Kafka Logging

Cloudera Streaming Analytics include a Kafka log appender to provide a production grade solution. You can use Kafka logging to have a scalable storage layer for the logs, and you can also integrate with other logging applications with more simpler solutions.

By default, Flink logs are directed to files that can be viewed on the Flink GUI independently for each container. This solution is a best practice for a YARN application defaults, but long running production applications are lacking this function.

The log appender in the Flink parcel collects the logs into Kafka topics in a JSON format that is designed for downstream consumption in an enterprise log aggregation framework.

There are several benefits of storing the logs in Kafka:
  • Provides a scalable storage layer for the logs
  • Integrates easily with existing applications that has a simple logger configuration

To enable Kafka based logging, include the following log configuration in the Cloudera Manager Flink configuration page:

# Enable both file and kafka based logging
rootLogger.appenderRefs=file, kafka
rootLogger.appenderRef.kafka.ref=KafkaAppender

appender.kafka.name=KafkaAppender
appender.kafka.type=Kafka
appender.kafka.topic=flink.logs

# Log layout configuration
appender.kafka.layout.type=JSONLayout
appender.kafka.layout.yarnContainerId.type=KeyValuePair
appender.kafka.layout.yarnContainerId.key=yarnContainerId
appender.kafka.layout.yarnContainerId.value=${sys:yarnContainerId}

# Kafka configuration
appender.kafka.bootstrapServers.type=Property
appender.kafka.bootstrapServers.name=bootstrap.servers
appender.kafka.bootstrapServers.value=<kafka_broker>:9092

With this configuration, logs are written to the flink.logs topic in JSON format. The topic contains an extra field with the YARN container identifier for easier log separation.
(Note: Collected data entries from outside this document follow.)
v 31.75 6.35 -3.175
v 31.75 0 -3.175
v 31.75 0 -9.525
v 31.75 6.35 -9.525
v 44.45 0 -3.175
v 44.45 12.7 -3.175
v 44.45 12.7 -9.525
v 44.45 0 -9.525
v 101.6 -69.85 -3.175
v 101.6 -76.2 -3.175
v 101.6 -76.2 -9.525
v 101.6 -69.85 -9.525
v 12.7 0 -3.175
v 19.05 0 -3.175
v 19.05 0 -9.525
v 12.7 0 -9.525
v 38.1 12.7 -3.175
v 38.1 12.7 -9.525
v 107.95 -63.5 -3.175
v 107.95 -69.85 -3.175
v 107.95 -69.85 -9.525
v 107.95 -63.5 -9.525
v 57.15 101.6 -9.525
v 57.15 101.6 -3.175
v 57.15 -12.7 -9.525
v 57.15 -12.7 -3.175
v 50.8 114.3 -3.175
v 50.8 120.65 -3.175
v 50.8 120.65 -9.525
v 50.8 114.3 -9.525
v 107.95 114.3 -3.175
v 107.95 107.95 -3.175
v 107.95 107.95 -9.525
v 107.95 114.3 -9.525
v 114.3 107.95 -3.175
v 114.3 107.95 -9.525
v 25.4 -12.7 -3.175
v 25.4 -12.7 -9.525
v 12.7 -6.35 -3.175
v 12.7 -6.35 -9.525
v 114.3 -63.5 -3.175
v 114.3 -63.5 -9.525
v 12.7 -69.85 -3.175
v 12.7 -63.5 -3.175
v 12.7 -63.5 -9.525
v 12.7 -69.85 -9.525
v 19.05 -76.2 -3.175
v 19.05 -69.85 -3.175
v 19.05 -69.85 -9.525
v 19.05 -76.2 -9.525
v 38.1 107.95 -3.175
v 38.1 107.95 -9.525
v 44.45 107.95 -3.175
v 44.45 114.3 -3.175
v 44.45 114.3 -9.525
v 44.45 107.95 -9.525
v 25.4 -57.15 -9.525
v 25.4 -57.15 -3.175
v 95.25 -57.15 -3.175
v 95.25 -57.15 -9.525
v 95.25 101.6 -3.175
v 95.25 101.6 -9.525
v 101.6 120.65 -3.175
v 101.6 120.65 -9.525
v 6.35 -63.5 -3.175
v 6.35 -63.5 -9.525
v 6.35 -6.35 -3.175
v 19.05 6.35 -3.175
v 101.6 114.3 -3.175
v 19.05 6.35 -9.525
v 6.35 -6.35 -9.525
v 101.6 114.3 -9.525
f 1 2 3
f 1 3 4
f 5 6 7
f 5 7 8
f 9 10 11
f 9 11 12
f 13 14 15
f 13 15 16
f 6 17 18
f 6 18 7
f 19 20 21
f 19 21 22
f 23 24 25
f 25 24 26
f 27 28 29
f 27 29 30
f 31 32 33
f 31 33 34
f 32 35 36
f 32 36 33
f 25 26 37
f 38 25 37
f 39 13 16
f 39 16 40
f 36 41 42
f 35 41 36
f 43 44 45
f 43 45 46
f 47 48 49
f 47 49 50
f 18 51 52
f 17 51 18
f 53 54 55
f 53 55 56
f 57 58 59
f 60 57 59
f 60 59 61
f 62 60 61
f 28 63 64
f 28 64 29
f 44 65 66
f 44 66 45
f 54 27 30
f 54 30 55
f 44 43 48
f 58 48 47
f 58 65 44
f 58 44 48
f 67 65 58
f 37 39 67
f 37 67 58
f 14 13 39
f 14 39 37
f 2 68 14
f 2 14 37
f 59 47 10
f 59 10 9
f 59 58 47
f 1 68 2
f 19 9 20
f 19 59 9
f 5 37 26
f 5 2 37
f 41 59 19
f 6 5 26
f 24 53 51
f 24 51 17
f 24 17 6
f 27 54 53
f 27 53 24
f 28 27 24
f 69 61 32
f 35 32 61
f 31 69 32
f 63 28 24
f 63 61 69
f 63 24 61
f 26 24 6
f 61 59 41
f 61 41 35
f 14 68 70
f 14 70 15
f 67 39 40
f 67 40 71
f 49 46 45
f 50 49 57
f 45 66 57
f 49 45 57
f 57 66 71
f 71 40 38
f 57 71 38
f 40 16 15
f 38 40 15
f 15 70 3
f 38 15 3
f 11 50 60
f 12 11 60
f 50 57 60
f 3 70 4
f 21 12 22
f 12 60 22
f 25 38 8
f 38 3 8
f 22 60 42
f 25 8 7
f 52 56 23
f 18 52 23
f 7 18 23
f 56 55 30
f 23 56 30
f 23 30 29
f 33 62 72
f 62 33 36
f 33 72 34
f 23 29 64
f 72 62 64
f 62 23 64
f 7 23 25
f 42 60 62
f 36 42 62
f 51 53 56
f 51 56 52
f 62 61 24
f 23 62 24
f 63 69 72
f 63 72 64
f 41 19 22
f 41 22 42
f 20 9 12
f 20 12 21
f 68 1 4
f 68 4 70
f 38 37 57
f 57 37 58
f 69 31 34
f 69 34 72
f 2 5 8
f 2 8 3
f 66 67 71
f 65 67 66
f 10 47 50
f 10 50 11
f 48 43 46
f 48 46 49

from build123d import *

# Parameters (mm, degrees)
BOSS_EXTRUDE1_START = -3.175
BOSS_EXTRUDE1_DEPTH = 6.35
CUT_EXTRUDE1_DEPTH  = 167.316670842


with BuildPart() as part:
    # Sketch1 → Boss-Extrude1 (new body)
    with BuildSketch(Plane.XY.offset(BOSS_EXTRUDE1_START)):
        Polygon((12.7, -69.85), (19.05, -69.85), (19.05, -76.2), (101.6, -76.2), (101.6, -69.85), (107.95, -69.85), (107.95, -63.5), (114.3, -63.5), (114.3, 107.95), (107.95, 107.95), (107.95, 114.3), (101.6, 114.3), (101.6, 120.65), (50.8, 120.65), (50.8, 114.3), (44.45, 114.3), (44.45, 107.95), (38.1, 107.95), (38.1, 12.7), (44.45, 12.7), (44.45, 0), (31.75, 0), (31.75, 6.35), (19.05, 6.35), (19.05, 0), (12.7, 0), (12.7, -6.35), (6.35, -6.35), (6.35, -63.5), (12.7, -63.5), align=None)
    extrude(amount=-BOSS_EXTRUDE1_DEPTH)

    # Sketch2 → Cut-Extrude1 (cut, through all)
    with BuildSketch(Plane.XY.offset(-3.175)):
        Polygon((25.4, -57.15), (95.25, -57.15), (95.25, 101.6), (57.15, 101.6), (57.15, -12.7), (25.4, -12.7), align=None)
    extrude(amount=-CUT_EXTRUDE1_DEPTH, mode=Mode.SUBTRACT)


solid = part.part
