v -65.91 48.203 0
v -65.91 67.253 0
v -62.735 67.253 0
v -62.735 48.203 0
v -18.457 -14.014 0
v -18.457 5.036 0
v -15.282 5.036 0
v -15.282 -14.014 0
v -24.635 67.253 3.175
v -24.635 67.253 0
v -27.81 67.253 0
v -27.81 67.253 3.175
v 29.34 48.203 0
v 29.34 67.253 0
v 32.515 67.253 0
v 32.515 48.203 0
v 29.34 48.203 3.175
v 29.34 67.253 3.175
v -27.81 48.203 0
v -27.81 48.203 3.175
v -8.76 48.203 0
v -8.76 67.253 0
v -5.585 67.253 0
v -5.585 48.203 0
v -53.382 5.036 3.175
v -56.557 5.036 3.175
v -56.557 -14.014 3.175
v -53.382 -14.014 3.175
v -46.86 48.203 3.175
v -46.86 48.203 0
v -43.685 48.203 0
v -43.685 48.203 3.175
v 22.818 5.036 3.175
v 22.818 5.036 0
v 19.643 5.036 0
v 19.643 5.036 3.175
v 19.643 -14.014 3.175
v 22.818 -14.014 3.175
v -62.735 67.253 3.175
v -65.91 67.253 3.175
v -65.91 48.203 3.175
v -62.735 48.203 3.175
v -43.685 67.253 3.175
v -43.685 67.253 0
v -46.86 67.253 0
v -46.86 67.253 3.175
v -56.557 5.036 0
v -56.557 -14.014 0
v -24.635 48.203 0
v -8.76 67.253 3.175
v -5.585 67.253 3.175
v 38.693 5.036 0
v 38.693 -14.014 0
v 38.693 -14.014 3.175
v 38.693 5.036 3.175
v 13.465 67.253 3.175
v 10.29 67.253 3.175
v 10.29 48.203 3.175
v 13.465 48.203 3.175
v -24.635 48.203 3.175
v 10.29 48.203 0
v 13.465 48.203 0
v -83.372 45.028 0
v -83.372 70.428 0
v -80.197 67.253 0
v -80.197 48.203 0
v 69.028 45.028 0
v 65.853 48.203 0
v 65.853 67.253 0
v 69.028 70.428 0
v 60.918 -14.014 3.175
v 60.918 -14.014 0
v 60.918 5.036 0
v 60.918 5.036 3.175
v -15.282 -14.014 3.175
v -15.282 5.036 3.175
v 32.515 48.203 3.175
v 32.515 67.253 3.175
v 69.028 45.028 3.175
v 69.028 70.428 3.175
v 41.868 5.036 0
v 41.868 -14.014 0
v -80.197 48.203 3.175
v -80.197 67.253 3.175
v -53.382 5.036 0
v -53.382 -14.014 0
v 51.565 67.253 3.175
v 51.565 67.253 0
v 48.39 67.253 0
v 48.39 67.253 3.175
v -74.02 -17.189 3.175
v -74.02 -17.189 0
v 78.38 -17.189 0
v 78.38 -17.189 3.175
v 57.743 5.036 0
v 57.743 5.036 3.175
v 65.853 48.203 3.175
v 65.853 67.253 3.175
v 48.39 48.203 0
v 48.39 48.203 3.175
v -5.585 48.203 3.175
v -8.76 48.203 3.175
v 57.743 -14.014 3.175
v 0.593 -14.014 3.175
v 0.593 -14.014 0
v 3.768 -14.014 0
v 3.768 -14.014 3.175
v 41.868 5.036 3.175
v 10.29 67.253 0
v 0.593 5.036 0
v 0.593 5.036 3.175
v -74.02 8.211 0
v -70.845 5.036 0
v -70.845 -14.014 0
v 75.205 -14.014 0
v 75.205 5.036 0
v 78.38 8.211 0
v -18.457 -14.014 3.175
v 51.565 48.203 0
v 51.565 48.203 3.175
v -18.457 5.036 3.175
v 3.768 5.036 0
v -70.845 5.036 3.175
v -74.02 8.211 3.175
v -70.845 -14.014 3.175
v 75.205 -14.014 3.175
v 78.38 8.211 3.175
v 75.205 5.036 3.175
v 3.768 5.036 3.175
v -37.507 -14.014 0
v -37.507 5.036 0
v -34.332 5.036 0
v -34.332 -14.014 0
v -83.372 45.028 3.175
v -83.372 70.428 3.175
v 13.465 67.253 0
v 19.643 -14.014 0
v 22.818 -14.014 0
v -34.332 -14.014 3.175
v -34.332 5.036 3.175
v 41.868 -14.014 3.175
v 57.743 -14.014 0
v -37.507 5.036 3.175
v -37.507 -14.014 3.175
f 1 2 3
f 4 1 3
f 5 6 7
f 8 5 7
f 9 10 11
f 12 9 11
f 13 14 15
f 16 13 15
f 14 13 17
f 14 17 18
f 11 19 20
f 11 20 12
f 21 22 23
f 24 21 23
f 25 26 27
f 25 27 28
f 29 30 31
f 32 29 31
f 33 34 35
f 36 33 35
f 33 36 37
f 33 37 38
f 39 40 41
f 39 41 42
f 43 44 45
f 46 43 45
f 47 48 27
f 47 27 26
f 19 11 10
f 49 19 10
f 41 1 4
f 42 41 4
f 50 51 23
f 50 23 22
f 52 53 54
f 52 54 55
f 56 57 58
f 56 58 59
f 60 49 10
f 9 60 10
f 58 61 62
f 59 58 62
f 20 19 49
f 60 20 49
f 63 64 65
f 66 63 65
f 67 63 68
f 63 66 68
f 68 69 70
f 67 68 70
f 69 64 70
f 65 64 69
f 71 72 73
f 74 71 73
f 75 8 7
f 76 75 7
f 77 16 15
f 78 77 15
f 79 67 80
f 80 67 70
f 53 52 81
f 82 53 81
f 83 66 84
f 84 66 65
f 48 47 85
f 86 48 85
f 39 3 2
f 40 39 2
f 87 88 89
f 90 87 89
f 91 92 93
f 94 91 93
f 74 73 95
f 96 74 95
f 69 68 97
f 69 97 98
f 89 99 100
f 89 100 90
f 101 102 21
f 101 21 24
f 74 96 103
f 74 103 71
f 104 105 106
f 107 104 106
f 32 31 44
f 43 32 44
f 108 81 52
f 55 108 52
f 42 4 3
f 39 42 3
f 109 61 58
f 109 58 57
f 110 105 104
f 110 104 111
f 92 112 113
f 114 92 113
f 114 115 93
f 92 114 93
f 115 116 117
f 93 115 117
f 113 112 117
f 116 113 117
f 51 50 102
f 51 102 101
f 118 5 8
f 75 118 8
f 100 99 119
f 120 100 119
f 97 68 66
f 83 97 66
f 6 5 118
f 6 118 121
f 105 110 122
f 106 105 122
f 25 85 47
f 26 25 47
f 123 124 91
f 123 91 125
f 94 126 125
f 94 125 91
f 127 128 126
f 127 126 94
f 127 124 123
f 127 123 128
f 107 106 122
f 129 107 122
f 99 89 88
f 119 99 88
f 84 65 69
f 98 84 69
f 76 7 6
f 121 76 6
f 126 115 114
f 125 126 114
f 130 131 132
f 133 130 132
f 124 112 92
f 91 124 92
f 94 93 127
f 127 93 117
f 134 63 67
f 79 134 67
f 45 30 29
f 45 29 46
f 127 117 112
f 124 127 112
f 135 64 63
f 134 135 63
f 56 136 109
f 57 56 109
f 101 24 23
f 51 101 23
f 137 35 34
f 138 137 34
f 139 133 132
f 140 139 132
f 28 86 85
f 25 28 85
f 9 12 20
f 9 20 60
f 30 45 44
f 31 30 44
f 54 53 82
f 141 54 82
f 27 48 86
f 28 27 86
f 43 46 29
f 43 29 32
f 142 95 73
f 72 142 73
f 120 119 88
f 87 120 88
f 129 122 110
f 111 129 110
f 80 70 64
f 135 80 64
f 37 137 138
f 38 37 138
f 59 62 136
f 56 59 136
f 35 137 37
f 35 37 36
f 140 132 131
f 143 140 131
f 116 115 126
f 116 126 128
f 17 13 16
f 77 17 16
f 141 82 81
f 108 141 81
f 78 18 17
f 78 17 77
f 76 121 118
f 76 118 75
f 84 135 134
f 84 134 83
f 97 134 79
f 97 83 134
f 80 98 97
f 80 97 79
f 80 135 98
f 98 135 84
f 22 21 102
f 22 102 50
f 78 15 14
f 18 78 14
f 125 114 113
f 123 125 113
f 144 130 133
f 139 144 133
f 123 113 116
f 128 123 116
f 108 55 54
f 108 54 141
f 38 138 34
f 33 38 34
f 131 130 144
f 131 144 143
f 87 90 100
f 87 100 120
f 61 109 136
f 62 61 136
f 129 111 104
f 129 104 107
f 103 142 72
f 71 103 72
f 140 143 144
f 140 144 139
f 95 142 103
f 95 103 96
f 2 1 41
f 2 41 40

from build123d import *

# Parameters (mm, degrees)
F0_W     = 3.175
F0_H     = 3.175
F0_W_2   = 14.2875
F0_W_3   = 1.5875
F0_W_4   = 15.875
F0_H_2   = 19.05
F1_DEPTH = 3.175
F2_DEPTH = 3.175


with BuildPart() as f1:
    # F0 (on Top) → F1 (new body)
    with BuildSketch(Plane.XY):
        with Locations((-72.4323269486, 6.6236498341)):
            Rectangle(F0_W, F0_H)
        with Locations((76.7926730514, 6.6236498341)):
            Rectangle(F0_W, F0_H)
        with Locations((-72.4323269486, -15.6013501659)):
            Rectangle(F0_W, F0_H)
        with Locations((76.7926730514, -15.6013501659)):
            Rectangle(F0_W, F0_H)
        with Locations((-63.7010769486, 6.6236498341)):
            Rectangle(F0_W_2, F0_H)
        with Locations((-55.7635769486, 6.6236498341)):
            Rectangle(F0_W_3, F0_H)
        with Locations((-54.1760769486, 6.6236498341)):
            Rectangle(F0_W_3, F0_H)
        with Locations((-45.4448269486, 6.6236498341)):
            Rectangle(F0_W_4, F0_H)
        with Locations((-36.7135769486, 6.6236498341)):
            Rectangle(F0_W_3, F0_H)
        with Locations((-35.1260769486, 6.6236498341)):
            Rectangle(F0_W_3, F0_H)
        with Locations((-26.3948269486, 6.6236498341)):
            Rectangle(F0_W_4, F0_H)
        with Locations((-17.6635769486, 6.6236498341)):
            Rectangle(F0_W_3, F0_H)
        with Locations((-16.0760769486, 6.6236498341)):
            Rectangle(F0_W_3, F0_H)
        with Locations((-7.3448269486, 6.6236498341)):
            Rectangle(F0_W_4, F0_H)
        with Locations((1.3864230514, 6.6236498341)):
            Rectangle(F0_W_3, F0_H)
        with Locations((2.9739230514, 6.6236498341)):
            Rectangle(F0_W_3, F0_H)
        with Locations((11.7051730514, 6.6236498341)):
            Rectangle(F0_W_4, F0_H)
        with Locations((20.4364230514, 6.6236498341)):
            Rectangle(F0_W_3, F0_H)
        with Locations((22.0239230514, 6.6236498341)):
            Rectangle(F0_W_3, F0_H)
        with Locations((30.7551730514, 6.6236498341)):
            Rectangle(F0_W_4, F0_H)
        with Locations((39.4864230514, 6.6236498341)):
            Rectangle(F0_W_3, F0_H)
        with Locations((41.0739230514, 6.6236498341)):
            Rectangle(F0_W_3, F0_H)
        with Locations((49.8051730514, 6.6236498341)):
            Rectangle(F0_W_4, F0_H)
        with Locations((58.5364230514, 6.6236498341)):
            Rectangle(F0_W_3, F0_H)
        with Locations((60.1239230514, 6.6236498341)):
            Rectangle(F0_W_3, F0_H)
        with Locations((68.0614230514, 6.6236498341)):
            Rectangle(F0_W_2, F0_H)
        with Locations((-63.7010769486, -15.6013501659)):
            Rectangle(F0_W_2, F0_H)
        with Locations((-55.7635769486, -15.6013501659)):
            Rectangle(F0_W_3, F0_H)
        with Locations((-54.1760769486, -15.6013501659)):
            Rectangle(F0_W_3, F0_H)
        with Locations((-45.4448269486, -15.6013501659)):
            Rectangle(F0_W_4, F0_H)
        with Locations((-36.7135769486, -15.6013501659)):
            Rectangle(F0_W_3, F0_H)
        with Locations((-35.1260769486, -15.6013501659)):
            Rectangle(F0_W_3, F0_H)
        with Locations((-26.3948269486, -15.6013501659)):
            Rectangle(F0_W_4, F0_H)
        with Locations((-17.6635769486, -15.6013501659)):
            Rectangle(F0_W_3, F0_H)
        with Locations((-16.0760769486, -15.6013501659)):
            Rectangle(F0_W_3, F0_H)
        with Locations((-7.3448269486, -15.6013501659)):
            Rectangle(F0_W_4, F0_H)
        with Locations((1.3864230514, -15.6013501659)):
            Rectangle(F0_W_3, F0_H)
        with Locations((2.9739230514, -15.6013501659)):
            Rectangle(F0_W_3, F0_H)
        with Locations((11.7051730514, -15.6013501659)):
            Rectangle(F0_W_4, F0_H)
        with Locations((20.4364230514, -15.6013501659)):
            Rectangle(F0_W_3, F0_H)
        with Locations((22.0239230514, -15.6013501659)):
            Rectangle(F0_W_3, F0_H)
        with Locations((30.7551730514, -15.6013501659)):
            Rectangle(F0_W_4, F0_H)
        with Locations((39.4864230514, -15.6013501659)):
            Rectangle(F0_W_3, F0_H)
        with Locations((41.0739230514, -15.6013501659)):
            Rectangle(F0_W_3, F0_H)
        with Locations((49.8051730514, -15.6013501659)):
            Rectangle(F0_W_4, F0_H)
        with Locations((58.5364230514, -15.6013501659)):
            Rectangle(F0_W_3, F0_H)
        with Locations((60.1239230514, -15.6013501659)):
            Rectangle(F0_W_3, F0_H)
        with Locations((68.0614230514, -15.6013501659)):
            Rectangle(F0_W_2, F0_H)
        with Locations((-72.4323269486, -4.4888501659)):
            Rectangle(F0_W, F0_H_2)
        with Locations((76.7926730514, -4.4888501659)):
            Rectangle(F0_W, F0_H_2)
    extrude(amount=F1_DEPTH)


with BuildPart() as f1b:
    # F0 (on Top) → F1, piece 2 (new body)
    with BuildSketch(Plane.XY):
        with Locations((67.4402641416, 68.8409235835)):
            Rectangle(F0_W, F0_H)
        with Locations((-81.7847358584, 46.6159235835)):
            Rectangle(F0_W, F0_H)
        with Locations((67.4402641416, 46.6159235835)):
            Rectangle(F0_W, F0_H)
        with Locations((-73.0534858584, 68.8409235835)):
            Rectangle(F0_W_2, F0_H)
        with Locations((-65.1159858584, 68.8409235835)):
            Rectangle(F0_W_3, F0_H)
        with Locations((-63.5284858584, 68.8409235835)):
            Rectangle(F0_W_3, F0_H)
        with Locations((-54.7972358584, 68.8409235835)):
            Rectangle(F0_W_4, F0_H)
        with Locations((-46.0659858584, 68.8409235835)):
            Rectangle(F0_W_3, F0_H)
        with Locations((-44.4784858584, 68.8409235835)):
            Rectangle(F0_W_3, F0_H)
        with Locations((-35.7472358584, 68.8409235835)):
            Rectangle(F0_W_4, F0_H)
        with Locations((-27.0159858584, 68.8409235835)):
            Rectangle(F0_W_3, F0_H)
        with Locations((-25.4284858584, 68.8409235835)):
            Rectangle(F0_W_3, F0_H)
        with Locations((-16.6972358584, 68.8409235835)):
            Rectangle(F0_W_4, F0_H)
        with Locations((-7.9659858584, 68.8409235835)):
            Rectangle(F0_W_3, F0_H)
        with Locations((-6.3784858584, 68.8409235835)):
            Rectangle(F0_W_3, F0_H)
        with Locations((2.3527641416, 68.8409235835)):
These additional logging configurations are added to the default Flink log4j.properties file. Any duplicate key overrides the previously configured values in the file.

When set up correctly the resulting logs should be similar to the following:
{
  "instant" : {
	"epochSecond" : 1617121475,
	"nanoOfSecond" : 347000000
  },
  "thread" : "Legacy Source Thread - Source: Heap Monitor Source -> (Sink: Print to Std. Out, Create Alerts -> Sink: Logger Sink) (1/1)#0",
  "level" : "INFO",
  "loggerName" : "com.cloudera.streaming.examples.flink.LogSink",
  "message" : "HeapAlert{message='42 was found in the HeapMetrics ratio.', triggeringStats=HeapMetrics{area=PS Old Gen, used=19907592, max=465567744, ratio=0.04275981799976246, jobId=0, hostname='<flink-host>'}}",
  "endOfBatch" : false,
  "loggerFqcn" : "org.apache.logging.slf4j.Log4jLogger",
  "threadId" : 71,
  "threadPriority" : 5,
  "yarnContainerId" : "container_1617025719919_0004_01_000002"
}

Security

In a secure environment with Kerberos and TLS enabled, add the following extra parameters:
appender.kafka.secProp1.type=Property
appender.kafka.secProp1.name=security.protocol
appender.kafka.secProp1.value=SASL_SSL
appender.kafka.secProp2.type=Property
appender.kafka.secProp2.name=sasl.mechanism
appender.kafka.secProp2.value=GSSAPI
appender.kafka.secProp3.type=Property
appender.kafka.secProp3.name=sasl.kerberos.service.name
appender.kafka.secProp3.value=kafka
appender.kafka.secProp4.type=Property
appender.kafka.secProp4.name=ssl.truststore.location
appender.kafka.secProp4.value=/samePathOnAllNodes/truststore.jks
appender.kafka.secProp5.type=Property
appender.kafka.secProp5.name=ssl.truststore.password
appender.kafka.secProp5.value=<truststore_password>
appender.kafka.secProp6.type=Property
appender.kafka.secProp6.name=sasl.jaas.config
appender.kafka.secProp6.value=com.sun.security.auth.module.Krb5LoginModule required useKeyTab=true keyTab="<keytab_file_name>" principal="<user_name>";
Furthermore, by default the secure Kafka broker is on port 9093, you also need to change the port at the Kafka log appender configuration:
appender.kafka.bootstrapServers.value=<kafka_broker>:9093

Log configuration file

As an alternative, you can also include the log configuration file when you run a Flink job. It has to be added as a -yD argument:
flink run
  ... 
  -yD logging.configuration.file=<path_to_log_config_file>
  ...
This way you can use XML configuration as well, while Cloudera Manager only supports the properties format.